ITEM 9A(T). CONTROLS AND PROCEDURES

Disclosure Controls and Procedures

We maintain disclosure controls and procedures that are designed to ensure that information required to be disclosed in our reports under the Securities Exchange Act of 1934, as amended (the “Exchange Act”) is recorded, processed, summarized and reported within the time periods specified in the rules and forms of the Securities and Exchange Commission (the “SEC”), and that such information is accumulated and communicated to our management, including our Chief Executive Officer and Chief Financial Officer, to allow timely decisions regarding required disclosure. In designing and evaluating our disclosure controls and procedures, our management recognized that any system of controls and procedures, no matter how well designed and operated, can provide only reasonable assurance of achieving the desired control objectives, as ours are designed to do, and management necessarily was required to apply its judgment in evaluating the cost-benefit relationship of possible controls and procedures.

As required by SEC rules, an evaluation was performed under the supervision and with the participation of our Chief Executive Officer and Chief Financial Officer of the effectiveness, as of December 31, 2011, of the Company’s disclosure controls and procedures (as defined in Rule 13a-15(e) under the Exchange Act). Based on that evaluation, our Chief Executive Officer and Chief Financial Officer concluded that, as of December 31, 2011, the Company’s disclosure controls and procedures were effective to provide reasonable assurance that information required to be disclosed in the reports that we file under the Exchange Act is recorded, processed, summarized and reported within the time periods specified in the SEC’s rules and forms and that such information is accumulated and communicated to management, including our Chief Executive Officer and Chief Financial Officer, to allow timely decisions regarding required disclosure.

Changes in Internal Control Over Financial Reporting

There were no changes in our internal control over financial reporting in the quarter ended December 31, 2011 that have materially affected, or are reasonably likely to materially affect, our internal control over financial reporting.

Internal Control Over Financial Reporting

Management’s Annual Report on Internal Control Over Financial Reporting

Management of The Coast Distribution System, Inc. is responsible for establishing and maintaining adequate internal control over financial reporting as defined in Rules 13a-15(f) and 15d-15(f) under the Securities Exchange Act of 1934. Our internal control over financial reporting is a process designed to provide reasonable assurance regarding the reliability of financial reporting and the preparation of financial statements for external purposes in accordance with accounting principles generally accepted in the United States of America. Internal control over financial reporting includes those written policies and procedures that:

 

   

pertain to the maintenance of records that, in reasonable detail, accurately and fairly reflect the transactions and dispositions of our assets;

 

   

provide reasonable assurance that transactions are recorded as necessary to permit preparation of financial statements in accordance with accounting principles generally accepted in the United States of America;

 

   

provide reasonable assurance that our receipts and expenditures are being made only in accordance with authorization of our management and board of directors; and

 

   

provide reasonable assurance regarding prevention or timely detection of unauthorized acquisition, use or disposition of assets that could have a material effect on our consolidated financial statements.

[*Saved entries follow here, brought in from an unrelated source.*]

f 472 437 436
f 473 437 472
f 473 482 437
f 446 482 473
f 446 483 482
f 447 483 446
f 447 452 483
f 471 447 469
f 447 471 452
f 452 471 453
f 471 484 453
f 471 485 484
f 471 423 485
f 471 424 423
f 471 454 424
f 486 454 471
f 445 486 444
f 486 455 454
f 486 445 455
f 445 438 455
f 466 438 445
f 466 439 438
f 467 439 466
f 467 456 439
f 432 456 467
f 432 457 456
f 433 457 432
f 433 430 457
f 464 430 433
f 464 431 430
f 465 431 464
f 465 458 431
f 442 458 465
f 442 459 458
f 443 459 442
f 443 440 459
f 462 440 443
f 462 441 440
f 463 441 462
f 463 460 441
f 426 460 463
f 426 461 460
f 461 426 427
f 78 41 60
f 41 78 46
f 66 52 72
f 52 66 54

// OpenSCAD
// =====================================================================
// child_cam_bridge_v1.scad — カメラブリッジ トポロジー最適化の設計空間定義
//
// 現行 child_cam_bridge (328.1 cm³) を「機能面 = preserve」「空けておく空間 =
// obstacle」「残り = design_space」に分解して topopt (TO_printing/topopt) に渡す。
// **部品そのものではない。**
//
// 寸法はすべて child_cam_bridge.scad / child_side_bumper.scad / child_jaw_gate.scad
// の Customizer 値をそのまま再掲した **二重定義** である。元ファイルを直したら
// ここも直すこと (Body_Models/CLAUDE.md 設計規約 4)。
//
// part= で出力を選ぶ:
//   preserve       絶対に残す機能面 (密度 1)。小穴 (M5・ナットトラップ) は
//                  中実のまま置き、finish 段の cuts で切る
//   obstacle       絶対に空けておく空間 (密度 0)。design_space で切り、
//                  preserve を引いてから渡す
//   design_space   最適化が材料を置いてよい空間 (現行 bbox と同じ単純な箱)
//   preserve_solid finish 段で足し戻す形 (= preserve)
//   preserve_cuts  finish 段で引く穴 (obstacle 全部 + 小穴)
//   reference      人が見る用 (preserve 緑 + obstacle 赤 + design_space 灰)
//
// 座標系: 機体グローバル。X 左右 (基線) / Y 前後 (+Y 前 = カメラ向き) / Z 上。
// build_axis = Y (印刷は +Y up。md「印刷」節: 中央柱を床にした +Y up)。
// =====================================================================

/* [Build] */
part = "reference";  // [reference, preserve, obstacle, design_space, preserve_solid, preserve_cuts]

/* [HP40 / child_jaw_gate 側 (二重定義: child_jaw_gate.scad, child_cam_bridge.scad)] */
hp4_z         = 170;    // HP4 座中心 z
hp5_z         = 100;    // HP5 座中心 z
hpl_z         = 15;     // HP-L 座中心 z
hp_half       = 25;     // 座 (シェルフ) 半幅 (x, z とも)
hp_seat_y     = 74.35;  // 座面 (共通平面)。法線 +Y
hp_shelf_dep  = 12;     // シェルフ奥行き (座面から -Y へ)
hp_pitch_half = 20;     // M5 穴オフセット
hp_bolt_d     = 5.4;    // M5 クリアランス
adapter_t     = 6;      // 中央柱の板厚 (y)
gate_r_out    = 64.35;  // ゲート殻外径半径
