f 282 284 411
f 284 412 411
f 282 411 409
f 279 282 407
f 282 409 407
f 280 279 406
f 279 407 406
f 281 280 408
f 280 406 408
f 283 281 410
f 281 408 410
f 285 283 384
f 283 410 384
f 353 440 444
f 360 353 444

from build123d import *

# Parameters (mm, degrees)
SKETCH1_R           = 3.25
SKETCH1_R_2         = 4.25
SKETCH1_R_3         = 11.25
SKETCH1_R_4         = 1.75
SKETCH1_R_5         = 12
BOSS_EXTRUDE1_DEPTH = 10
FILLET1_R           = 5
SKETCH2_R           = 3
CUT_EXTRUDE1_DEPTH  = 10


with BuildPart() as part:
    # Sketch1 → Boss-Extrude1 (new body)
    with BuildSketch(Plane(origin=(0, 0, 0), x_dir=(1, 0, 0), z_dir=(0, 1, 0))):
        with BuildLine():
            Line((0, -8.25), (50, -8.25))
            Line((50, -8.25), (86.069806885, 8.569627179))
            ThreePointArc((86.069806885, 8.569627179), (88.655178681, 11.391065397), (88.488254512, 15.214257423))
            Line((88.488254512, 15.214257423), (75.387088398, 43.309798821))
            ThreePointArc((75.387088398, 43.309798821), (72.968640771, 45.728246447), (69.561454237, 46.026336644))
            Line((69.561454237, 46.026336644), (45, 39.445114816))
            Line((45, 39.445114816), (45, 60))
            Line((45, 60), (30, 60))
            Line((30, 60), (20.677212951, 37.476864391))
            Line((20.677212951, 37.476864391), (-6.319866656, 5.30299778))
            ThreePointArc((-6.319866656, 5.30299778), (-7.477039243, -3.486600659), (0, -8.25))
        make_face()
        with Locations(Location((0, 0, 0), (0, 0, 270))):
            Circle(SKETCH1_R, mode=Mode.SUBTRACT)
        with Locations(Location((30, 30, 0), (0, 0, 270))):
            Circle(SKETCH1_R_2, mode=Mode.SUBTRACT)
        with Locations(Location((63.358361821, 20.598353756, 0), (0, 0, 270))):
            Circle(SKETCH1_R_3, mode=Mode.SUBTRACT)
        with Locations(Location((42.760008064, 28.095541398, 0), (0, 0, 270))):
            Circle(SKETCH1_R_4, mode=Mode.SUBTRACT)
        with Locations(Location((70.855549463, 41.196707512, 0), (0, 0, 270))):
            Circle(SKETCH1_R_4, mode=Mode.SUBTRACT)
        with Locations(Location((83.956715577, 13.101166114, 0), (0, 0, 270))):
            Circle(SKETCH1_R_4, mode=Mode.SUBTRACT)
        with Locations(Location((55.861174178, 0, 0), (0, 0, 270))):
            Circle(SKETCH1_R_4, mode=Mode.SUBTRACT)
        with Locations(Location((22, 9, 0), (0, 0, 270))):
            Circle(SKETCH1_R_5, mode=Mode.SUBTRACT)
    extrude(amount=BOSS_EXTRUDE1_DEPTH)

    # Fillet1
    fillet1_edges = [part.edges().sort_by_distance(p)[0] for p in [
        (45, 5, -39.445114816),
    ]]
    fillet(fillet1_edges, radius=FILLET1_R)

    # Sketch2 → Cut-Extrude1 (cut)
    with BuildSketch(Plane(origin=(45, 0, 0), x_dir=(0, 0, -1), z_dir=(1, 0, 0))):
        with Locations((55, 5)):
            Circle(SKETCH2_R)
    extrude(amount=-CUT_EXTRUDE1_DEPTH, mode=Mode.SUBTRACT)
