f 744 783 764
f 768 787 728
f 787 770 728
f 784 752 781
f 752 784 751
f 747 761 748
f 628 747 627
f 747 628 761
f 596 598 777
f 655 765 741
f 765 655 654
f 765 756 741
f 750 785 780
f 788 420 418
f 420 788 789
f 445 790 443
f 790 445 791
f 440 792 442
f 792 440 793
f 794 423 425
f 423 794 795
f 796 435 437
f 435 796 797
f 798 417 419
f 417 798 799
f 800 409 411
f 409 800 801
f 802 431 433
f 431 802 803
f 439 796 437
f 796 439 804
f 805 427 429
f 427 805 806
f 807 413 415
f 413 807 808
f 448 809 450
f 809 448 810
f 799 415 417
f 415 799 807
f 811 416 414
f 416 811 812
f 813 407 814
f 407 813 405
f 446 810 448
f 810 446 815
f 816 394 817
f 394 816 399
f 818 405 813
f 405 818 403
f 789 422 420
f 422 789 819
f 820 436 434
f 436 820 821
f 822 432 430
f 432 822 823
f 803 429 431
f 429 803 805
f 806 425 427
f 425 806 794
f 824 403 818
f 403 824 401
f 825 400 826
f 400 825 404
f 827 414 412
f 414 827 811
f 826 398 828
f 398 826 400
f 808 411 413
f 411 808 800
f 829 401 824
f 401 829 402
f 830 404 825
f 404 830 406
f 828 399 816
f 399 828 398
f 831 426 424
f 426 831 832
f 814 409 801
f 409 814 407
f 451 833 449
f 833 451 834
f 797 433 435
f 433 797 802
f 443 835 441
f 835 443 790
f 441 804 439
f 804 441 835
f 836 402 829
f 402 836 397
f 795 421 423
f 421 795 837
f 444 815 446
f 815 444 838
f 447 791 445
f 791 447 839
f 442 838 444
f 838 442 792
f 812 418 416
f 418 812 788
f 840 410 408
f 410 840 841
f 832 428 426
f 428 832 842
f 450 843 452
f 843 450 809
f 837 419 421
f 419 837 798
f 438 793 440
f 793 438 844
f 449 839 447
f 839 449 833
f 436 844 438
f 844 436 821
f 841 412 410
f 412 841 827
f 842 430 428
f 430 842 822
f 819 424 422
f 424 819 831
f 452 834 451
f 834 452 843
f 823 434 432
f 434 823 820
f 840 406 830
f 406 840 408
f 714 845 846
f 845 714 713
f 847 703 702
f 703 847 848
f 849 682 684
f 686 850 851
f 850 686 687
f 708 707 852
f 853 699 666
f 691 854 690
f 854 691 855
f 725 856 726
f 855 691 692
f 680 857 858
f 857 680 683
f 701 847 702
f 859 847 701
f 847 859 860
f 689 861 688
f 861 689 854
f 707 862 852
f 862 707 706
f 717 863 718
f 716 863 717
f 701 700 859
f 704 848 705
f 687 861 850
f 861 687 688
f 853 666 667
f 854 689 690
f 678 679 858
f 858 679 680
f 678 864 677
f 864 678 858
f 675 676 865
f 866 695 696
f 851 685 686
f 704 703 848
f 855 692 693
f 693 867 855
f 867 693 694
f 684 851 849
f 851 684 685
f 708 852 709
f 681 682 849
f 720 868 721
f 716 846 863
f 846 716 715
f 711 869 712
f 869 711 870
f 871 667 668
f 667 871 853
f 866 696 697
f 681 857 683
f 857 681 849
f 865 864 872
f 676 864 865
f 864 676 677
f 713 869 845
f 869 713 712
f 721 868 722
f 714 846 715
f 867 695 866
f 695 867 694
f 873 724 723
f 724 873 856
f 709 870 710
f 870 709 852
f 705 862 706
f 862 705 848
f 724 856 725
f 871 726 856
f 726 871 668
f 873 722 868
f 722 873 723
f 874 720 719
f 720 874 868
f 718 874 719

Internal control over financial reporting includes the controls themselves, monitoring and internal auditing practices and actions taken to correct deficiencies as identified. Because of its inherent limitations, internal control over financial reporting may not prevent or detect misstatements. Also, projections of any evaluation of the effectiveness of such controls to future periods are subject to the risks that the controls may become inadequate because of changes in conditions or because the degree of compliance with the policies or procedures may deteriorate.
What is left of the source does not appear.